The world can offer no guarantees that are no more nuanced and hard-to-discover schemes of corruption and favoritism in all kinds of organizations that have the potential to help boost Chinese agendas across a variety of landscapes, from politics to economy.

This said, for many analysts, corruption and lack of moral values seems to be what sets China’s DNA apart. From ethnic cleansing committed against the Uyghur Muslims in the Xinjiang region, to predatory economic practices against vulnerable nations in need of economic support, the Chinese Communist Party seems to have no clear idea about what constitutes moral leadership, let alone engage in sound, ethical, and transparent competitiveness on the world stage.

Let us take a step back to see the big picture about China’s true value system. This is a regime that is firmly rooted in Big Brother surveillance and a “social credit system,” designed to bend the will of citizens and companies to the absolute viewpoint of the Chinese Communist Party. I speak in more detail about this in a previous opinion piece for Jordan News titled, “America’s ‘higher quality’ alternative to China’s Belt-and-Road Initiative.”

Some think there is plenty of evidence that points to a multilayered strategy designed by the Chinese Communist Party to advance a predatory economic agenda that feeds on the vulnerabilities of poor nations across the world, in a bid to entrench the party’s power beyond mainland China.

In 2015, the New York Times published an investigative report titled, “China’s Global Ambitions, Cash and Strings Attached.”  The article supports the argument that with the absence of humanist core values to guide its actions, China has indeed abused its power and “elevated status” by “forcing countries to play by its financial rules, which can be onerous.”

The article goes on to say, “Many developing countries, in exchange for loans, pay steep interest rates and give up the rights to their natural resources for years.
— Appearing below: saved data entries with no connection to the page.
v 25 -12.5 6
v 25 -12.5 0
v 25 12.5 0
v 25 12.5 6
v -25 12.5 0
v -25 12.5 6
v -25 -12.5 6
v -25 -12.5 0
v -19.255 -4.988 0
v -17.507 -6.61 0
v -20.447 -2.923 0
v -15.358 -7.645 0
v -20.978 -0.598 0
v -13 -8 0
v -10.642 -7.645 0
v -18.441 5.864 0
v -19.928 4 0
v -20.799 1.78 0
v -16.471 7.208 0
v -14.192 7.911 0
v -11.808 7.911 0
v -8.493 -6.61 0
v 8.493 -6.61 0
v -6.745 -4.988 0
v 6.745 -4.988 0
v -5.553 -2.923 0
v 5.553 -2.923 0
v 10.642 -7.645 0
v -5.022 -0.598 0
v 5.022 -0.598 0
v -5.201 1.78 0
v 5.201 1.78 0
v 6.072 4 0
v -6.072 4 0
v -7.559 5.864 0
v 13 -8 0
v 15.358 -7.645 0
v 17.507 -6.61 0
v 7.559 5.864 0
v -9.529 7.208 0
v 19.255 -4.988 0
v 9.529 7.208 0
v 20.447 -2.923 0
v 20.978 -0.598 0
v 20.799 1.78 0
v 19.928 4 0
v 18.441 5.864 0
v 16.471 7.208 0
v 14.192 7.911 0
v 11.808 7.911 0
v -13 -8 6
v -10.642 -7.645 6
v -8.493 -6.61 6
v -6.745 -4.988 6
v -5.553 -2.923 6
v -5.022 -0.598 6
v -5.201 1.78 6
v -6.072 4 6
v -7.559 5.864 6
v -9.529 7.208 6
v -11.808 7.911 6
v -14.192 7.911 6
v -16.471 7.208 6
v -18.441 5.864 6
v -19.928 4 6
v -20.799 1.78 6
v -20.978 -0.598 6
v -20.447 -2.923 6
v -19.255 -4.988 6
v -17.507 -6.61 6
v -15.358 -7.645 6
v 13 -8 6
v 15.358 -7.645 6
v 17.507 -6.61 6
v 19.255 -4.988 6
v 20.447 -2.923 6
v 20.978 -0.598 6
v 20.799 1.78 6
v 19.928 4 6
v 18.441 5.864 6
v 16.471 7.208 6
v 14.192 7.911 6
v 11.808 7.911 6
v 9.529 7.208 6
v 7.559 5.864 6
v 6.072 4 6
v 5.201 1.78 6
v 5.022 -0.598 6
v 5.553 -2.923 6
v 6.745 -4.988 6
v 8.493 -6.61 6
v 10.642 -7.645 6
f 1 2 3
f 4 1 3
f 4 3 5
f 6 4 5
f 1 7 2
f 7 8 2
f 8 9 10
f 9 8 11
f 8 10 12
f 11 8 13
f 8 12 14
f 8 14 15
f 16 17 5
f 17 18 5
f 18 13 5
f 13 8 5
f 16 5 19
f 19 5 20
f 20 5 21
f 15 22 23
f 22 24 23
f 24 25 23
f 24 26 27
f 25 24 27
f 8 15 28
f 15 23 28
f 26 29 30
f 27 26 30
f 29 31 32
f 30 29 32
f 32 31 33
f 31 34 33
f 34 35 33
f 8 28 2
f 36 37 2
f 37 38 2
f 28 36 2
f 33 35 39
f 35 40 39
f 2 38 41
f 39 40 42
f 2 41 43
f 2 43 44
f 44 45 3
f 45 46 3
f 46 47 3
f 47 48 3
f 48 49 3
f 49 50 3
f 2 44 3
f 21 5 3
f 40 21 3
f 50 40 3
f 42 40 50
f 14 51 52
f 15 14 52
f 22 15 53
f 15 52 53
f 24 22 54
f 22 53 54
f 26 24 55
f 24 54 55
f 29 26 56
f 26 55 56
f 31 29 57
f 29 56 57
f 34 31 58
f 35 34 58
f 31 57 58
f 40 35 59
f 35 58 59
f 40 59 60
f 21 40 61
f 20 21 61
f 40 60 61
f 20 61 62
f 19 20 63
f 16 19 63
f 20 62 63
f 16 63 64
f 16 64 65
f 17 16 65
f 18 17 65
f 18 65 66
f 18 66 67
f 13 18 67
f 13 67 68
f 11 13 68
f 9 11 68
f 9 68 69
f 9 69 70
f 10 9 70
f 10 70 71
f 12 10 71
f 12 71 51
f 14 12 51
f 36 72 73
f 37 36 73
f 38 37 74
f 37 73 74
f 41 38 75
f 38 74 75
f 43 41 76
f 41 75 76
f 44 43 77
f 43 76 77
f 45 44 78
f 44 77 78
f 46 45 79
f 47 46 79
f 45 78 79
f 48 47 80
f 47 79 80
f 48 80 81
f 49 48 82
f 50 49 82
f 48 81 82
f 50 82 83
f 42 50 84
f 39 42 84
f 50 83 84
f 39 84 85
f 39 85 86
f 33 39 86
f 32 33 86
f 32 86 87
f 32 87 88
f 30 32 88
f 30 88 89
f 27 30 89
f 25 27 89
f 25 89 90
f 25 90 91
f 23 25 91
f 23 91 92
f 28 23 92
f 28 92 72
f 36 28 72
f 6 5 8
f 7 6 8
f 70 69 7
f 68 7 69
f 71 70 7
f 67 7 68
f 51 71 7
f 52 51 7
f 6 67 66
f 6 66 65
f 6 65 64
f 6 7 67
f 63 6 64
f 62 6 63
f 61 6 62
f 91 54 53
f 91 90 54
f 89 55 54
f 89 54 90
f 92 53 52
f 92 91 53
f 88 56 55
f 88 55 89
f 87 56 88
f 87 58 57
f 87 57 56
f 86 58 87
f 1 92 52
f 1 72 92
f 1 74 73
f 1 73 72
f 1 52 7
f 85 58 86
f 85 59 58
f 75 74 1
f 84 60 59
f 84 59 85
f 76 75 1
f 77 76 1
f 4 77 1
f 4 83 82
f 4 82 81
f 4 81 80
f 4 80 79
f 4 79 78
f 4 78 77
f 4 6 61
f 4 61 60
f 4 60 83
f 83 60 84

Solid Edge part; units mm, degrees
sketch "Sketch1" plane through (0, 0, 0) normal (0, 0, 1) x (1, 0, 0)
  line L0 (-25, -12.5) -> (25, -12.5)
  line L1 (25, -12.5) -> (25, 12.5)
  line L2 (25, 12.5) -> (-25, 12.5)
  line L3 (-25, 12.5) -> (-25, -12.5)
  dimension "D1" = 25
extrude "Protrusion1" add sketch "Sketch1" along normal blind 6
hole "Hole_1" at (-13, 0, 6) direction (0, 0, -1) diameter 16 end up to next
hole "Hole1" at (13, 0, 6) direction (0, 0, -1) diameter 16 end up to next
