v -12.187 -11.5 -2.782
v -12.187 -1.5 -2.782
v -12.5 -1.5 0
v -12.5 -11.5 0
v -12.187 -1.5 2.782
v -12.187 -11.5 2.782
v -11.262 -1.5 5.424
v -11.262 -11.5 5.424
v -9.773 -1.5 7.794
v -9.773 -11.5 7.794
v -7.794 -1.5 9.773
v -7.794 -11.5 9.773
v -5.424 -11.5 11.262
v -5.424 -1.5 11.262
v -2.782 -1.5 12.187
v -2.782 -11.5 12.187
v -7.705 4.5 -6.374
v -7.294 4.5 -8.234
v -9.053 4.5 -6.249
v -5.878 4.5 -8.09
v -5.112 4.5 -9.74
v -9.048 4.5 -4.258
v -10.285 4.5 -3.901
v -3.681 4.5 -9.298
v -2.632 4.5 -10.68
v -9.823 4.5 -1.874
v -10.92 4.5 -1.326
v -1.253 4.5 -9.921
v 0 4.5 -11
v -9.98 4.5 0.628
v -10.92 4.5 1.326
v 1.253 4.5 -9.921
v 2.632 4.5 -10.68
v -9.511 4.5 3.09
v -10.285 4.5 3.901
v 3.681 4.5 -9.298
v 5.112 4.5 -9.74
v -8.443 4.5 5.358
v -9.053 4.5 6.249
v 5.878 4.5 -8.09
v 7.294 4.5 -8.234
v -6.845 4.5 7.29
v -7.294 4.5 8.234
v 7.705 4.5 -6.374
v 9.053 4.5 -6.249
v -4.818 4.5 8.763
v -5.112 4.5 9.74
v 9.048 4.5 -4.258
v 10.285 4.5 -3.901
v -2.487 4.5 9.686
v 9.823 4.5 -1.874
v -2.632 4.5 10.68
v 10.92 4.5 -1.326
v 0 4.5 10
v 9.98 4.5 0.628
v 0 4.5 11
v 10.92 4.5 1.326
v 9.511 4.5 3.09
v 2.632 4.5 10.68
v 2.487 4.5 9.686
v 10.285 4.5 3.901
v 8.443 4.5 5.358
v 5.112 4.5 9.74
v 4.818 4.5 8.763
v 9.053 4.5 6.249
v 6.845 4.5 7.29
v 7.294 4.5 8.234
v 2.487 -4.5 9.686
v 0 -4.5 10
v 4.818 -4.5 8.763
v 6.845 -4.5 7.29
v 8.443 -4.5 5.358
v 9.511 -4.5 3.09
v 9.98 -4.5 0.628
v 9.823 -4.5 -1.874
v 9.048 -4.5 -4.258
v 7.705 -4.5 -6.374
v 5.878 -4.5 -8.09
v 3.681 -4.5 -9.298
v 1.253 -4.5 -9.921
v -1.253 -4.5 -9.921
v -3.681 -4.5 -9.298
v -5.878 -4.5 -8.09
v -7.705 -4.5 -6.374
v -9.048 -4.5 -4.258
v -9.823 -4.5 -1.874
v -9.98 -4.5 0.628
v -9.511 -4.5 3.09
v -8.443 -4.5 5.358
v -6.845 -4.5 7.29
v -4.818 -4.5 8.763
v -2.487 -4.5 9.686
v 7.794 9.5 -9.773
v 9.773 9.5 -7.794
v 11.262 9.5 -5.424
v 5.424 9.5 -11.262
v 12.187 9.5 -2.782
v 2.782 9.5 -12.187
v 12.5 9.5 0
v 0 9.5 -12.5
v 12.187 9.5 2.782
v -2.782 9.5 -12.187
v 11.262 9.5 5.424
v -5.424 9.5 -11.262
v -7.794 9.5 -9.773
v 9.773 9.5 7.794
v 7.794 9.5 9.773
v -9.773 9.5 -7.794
China has a lock on close to 90 percent of Ecuador’s oil exports, which mostly goes to paying off its loans.”

The moral of the story is that the United States, the world’s only safety valve against further Made-in-China infiltration and domination, should open a wide array of investigations into every single world organization, including the UN, to see how much of policy and decision-making has been influenced by China-leaning officials, feigning objectivity and obviously corruptible global values.